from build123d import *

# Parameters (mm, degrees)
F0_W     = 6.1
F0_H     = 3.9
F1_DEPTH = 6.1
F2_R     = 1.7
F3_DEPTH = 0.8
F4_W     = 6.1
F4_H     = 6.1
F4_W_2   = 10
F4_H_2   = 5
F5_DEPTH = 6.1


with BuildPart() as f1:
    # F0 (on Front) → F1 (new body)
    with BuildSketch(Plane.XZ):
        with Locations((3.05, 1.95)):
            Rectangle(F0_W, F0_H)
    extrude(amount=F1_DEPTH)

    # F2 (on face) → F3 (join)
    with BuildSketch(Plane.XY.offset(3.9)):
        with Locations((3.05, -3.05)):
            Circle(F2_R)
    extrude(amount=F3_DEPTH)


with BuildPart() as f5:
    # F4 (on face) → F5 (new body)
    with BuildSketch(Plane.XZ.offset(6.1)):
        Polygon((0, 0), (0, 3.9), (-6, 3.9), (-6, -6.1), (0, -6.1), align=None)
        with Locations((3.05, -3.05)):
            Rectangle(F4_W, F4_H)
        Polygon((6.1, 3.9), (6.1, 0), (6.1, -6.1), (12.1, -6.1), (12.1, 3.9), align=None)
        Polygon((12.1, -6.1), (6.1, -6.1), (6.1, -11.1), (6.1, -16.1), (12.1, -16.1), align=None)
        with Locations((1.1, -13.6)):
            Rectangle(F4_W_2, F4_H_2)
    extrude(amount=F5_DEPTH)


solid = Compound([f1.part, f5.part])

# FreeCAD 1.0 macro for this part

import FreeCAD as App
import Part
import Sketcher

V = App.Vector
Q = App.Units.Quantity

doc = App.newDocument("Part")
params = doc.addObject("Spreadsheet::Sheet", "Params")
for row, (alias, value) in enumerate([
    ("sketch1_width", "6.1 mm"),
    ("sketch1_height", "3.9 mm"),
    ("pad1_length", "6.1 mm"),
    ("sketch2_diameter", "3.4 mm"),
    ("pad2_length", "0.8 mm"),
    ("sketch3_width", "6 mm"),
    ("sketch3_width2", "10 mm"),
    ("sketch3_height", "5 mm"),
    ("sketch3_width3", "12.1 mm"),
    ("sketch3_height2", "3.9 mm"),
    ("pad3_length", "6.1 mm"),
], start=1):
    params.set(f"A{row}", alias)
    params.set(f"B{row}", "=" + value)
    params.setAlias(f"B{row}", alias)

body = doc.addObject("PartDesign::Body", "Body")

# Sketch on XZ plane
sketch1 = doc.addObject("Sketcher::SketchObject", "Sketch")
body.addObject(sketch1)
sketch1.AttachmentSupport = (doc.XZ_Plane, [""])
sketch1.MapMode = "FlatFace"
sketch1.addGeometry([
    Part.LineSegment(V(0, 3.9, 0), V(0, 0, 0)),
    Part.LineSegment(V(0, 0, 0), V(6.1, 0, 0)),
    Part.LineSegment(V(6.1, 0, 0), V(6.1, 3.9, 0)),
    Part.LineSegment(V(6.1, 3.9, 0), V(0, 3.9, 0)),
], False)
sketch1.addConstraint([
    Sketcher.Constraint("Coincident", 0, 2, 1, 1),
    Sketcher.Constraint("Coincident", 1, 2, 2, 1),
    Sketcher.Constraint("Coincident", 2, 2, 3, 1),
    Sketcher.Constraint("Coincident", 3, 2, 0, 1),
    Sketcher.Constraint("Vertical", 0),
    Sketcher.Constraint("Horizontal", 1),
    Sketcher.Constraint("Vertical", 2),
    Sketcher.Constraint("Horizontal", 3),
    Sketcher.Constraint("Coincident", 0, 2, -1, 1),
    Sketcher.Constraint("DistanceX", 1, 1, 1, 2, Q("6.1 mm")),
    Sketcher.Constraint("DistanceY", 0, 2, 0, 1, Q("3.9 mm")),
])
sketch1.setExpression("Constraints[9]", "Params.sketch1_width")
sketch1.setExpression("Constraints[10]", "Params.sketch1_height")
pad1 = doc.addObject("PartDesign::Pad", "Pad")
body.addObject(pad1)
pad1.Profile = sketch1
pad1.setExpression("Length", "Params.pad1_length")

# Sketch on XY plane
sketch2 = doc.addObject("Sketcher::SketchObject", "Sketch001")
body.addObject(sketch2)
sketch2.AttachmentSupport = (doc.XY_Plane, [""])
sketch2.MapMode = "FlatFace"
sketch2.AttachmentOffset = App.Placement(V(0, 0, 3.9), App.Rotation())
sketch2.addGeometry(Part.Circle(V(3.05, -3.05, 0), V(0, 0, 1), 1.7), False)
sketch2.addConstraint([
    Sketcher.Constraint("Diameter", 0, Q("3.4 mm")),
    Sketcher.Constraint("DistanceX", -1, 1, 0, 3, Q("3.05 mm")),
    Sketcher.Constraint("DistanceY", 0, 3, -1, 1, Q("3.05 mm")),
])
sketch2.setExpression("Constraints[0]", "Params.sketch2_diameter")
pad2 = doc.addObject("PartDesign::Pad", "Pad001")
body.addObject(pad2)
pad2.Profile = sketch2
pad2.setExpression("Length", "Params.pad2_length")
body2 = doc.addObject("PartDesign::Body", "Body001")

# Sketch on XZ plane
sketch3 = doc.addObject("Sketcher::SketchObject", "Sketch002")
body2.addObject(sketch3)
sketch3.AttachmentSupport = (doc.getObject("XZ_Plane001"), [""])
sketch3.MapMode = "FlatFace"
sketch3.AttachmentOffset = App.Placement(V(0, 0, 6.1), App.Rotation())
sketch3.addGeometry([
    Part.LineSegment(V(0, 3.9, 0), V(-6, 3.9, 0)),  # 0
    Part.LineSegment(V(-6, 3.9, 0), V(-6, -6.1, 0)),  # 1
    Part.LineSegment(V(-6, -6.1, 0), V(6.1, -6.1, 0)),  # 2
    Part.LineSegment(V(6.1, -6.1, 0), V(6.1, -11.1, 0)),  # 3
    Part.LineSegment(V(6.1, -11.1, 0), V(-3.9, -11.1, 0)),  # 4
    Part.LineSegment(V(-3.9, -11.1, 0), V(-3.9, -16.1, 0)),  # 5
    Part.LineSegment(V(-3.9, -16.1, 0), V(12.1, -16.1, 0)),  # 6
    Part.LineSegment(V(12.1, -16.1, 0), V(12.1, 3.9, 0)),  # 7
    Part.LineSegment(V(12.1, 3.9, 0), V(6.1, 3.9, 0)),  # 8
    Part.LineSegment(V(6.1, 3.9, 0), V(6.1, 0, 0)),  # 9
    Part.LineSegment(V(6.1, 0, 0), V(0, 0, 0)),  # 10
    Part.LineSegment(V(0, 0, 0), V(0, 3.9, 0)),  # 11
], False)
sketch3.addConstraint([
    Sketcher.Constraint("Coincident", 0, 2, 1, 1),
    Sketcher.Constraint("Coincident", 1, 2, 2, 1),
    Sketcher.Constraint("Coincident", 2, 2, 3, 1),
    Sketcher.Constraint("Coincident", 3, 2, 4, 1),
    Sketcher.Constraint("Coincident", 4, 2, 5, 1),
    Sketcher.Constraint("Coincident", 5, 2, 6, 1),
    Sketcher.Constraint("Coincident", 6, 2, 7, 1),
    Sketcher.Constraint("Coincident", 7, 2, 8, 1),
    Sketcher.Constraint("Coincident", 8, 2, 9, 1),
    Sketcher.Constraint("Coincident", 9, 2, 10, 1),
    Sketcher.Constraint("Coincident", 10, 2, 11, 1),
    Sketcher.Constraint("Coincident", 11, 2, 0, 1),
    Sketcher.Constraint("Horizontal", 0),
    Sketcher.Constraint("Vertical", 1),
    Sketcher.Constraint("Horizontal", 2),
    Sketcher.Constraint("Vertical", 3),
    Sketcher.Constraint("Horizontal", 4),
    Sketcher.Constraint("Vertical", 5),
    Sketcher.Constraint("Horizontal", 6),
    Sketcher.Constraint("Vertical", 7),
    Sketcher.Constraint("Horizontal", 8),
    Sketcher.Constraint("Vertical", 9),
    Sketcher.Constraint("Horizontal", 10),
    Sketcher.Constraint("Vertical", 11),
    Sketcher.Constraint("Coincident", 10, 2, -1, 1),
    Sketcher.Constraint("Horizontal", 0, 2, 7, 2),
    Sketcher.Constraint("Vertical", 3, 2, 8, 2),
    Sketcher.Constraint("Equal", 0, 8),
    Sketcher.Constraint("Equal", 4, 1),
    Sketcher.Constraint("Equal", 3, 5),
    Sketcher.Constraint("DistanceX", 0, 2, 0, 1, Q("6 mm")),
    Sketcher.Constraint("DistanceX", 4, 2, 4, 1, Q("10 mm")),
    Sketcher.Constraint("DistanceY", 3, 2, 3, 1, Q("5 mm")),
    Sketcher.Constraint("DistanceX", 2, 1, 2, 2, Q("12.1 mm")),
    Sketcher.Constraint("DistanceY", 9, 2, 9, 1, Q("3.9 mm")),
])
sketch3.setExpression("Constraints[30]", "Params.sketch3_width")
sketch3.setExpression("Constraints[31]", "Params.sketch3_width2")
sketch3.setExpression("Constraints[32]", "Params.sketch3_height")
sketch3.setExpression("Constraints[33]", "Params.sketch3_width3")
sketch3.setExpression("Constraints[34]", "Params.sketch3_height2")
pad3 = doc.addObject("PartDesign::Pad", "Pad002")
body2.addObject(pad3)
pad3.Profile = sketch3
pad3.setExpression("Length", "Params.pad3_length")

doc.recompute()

※

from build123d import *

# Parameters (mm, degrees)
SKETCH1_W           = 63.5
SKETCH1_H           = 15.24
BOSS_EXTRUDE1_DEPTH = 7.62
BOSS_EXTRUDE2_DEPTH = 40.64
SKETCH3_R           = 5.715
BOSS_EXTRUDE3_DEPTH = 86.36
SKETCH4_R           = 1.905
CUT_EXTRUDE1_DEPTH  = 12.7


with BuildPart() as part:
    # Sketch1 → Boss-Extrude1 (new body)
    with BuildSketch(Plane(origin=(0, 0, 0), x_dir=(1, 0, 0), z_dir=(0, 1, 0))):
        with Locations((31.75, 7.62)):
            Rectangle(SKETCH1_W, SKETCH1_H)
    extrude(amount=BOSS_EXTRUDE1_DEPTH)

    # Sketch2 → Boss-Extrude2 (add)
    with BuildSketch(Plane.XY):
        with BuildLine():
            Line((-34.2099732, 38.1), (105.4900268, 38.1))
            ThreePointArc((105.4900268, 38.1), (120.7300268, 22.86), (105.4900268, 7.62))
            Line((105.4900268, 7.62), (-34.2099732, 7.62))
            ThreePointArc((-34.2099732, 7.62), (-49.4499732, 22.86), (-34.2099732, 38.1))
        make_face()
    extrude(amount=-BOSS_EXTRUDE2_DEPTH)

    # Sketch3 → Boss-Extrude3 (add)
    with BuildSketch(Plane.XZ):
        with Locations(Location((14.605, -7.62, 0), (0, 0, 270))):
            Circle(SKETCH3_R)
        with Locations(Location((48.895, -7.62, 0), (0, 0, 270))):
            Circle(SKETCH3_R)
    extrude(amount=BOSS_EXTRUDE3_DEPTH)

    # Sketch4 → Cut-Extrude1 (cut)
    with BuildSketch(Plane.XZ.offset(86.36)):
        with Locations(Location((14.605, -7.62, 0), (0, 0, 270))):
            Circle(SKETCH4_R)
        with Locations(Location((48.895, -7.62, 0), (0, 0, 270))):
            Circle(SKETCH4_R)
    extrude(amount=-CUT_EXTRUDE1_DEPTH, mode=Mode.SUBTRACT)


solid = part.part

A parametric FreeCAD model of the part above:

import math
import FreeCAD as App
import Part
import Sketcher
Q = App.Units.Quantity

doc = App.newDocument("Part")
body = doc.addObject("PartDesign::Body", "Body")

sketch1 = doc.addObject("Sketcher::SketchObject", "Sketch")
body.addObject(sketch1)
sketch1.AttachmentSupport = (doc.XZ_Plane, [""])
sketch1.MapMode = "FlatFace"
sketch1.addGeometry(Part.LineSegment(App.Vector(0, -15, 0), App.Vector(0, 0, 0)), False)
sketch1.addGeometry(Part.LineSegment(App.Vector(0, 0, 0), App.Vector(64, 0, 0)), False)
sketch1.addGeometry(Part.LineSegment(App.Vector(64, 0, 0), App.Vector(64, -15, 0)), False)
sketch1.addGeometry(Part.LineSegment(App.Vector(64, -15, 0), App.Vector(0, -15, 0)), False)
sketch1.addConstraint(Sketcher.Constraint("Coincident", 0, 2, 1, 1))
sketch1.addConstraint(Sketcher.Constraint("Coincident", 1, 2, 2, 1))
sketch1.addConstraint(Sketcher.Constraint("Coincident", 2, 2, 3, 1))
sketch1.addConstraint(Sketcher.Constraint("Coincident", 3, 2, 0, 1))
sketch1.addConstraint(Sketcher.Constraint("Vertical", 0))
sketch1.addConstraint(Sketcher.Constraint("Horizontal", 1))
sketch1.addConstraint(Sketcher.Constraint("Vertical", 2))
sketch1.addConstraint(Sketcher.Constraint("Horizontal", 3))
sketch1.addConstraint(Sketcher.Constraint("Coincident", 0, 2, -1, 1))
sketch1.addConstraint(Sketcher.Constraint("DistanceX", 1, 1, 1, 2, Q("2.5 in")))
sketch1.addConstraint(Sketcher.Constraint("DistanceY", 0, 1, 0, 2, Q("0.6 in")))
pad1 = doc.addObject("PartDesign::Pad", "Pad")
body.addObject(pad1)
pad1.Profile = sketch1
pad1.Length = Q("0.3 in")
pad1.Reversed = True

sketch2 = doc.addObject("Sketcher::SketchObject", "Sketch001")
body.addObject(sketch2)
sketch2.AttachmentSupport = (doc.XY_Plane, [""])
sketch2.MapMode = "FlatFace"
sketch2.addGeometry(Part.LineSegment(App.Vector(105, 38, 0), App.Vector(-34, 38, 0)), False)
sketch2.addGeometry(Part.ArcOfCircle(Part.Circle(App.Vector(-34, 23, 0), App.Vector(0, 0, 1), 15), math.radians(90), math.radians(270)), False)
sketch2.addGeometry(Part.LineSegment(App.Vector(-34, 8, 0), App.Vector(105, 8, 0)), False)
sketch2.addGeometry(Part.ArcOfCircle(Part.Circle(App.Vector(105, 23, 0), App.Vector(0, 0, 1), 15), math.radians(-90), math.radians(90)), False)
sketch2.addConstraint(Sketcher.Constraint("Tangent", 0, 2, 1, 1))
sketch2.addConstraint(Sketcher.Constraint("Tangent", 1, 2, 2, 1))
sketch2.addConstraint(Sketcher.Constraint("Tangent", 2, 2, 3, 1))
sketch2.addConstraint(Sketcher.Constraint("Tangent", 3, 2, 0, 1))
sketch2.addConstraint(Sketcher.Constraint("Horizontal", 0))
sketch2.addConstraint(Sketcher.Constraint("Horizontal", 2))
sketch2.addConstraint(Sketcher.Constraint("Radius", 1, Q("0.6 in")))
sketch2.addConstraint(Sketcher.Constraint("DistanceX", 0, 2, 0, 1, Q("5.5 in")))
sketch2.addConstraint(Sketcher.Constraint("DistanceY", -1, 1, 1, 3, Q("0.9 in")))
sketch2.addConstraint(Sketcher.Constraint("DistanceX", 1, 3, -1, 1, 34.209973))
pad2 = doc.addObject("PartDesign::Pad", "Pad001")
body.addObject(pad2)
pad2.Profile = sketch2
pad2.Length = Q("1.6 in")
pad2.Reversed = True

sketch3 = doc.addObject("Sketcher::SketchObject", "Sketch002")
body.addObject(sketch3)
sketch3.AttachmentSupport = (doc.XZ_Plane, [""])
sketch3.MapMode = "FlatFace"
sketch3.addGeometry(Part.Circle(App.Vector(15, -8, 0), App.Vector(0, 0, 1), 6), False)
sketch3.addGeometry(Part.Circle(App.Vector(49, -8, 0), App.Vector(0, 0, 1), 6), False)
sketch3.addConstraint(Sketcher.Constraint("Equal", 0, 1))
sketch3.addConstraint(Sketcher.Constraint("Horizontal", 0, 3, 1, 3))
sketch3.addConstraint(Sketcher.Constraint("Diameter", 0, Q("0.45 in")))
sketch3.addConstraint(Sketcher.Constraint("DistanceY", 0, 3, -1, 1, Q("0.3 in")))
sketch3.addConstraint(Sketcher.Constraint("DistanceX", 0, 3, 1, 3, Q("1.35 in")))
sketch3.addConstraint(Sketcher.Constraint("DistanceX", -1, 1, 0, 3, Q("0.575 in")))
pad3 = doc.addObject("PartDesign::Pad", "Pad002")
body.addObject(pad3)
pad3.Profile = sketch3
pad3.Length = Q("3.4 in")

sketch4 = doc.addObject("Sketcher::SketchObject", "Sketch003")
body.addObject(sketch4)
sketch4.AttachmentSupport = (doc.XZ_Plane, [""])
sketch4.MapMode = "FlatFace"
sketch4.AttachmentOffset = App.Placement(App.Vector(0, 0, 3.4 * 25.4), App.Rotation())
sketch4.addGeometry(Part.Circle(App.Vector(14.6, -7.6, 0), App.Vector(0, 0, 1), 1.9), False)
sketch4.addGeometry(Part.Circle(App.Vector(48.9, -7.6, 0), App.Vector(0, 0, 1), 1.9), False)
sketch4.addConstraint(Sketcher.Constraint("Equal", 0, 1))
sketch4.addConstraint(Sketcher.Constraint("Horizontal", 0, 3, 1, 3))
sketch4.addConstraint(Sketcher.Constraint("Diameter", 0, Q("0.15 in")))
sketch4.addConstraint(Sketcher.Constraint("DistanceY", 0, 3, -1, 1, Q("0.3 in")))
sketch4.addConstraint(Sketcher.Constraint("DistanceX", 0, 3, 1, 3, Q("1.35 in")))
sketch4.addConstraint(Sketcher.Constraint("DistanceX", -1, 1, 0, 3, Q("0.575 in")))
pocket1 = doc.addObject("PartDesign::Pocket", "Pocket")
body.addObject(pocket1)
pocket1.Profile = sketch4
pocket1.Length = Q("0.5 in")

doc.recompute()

※

Please give again the lines above between the line holding "(12.1, -16.1), align=None)" and the line holding "# FreeCAD 1.0 macro for this part", inclusive, exactly as they are and with nothing added.

        Polygon((12.1, -6.1), (6.1, -6.1), (6.1, -11.1), (6.1, -16.1), (12.1, -16.1), align=None)
        with Locations((1.1, -13.6)):
            Rectangle(F4_W_2, F4_H_2)
    extrude(amount=F5_DEPTH)


solid = Compound([f1.part, f5.part])

# FreeCAD 1.0 macro for this part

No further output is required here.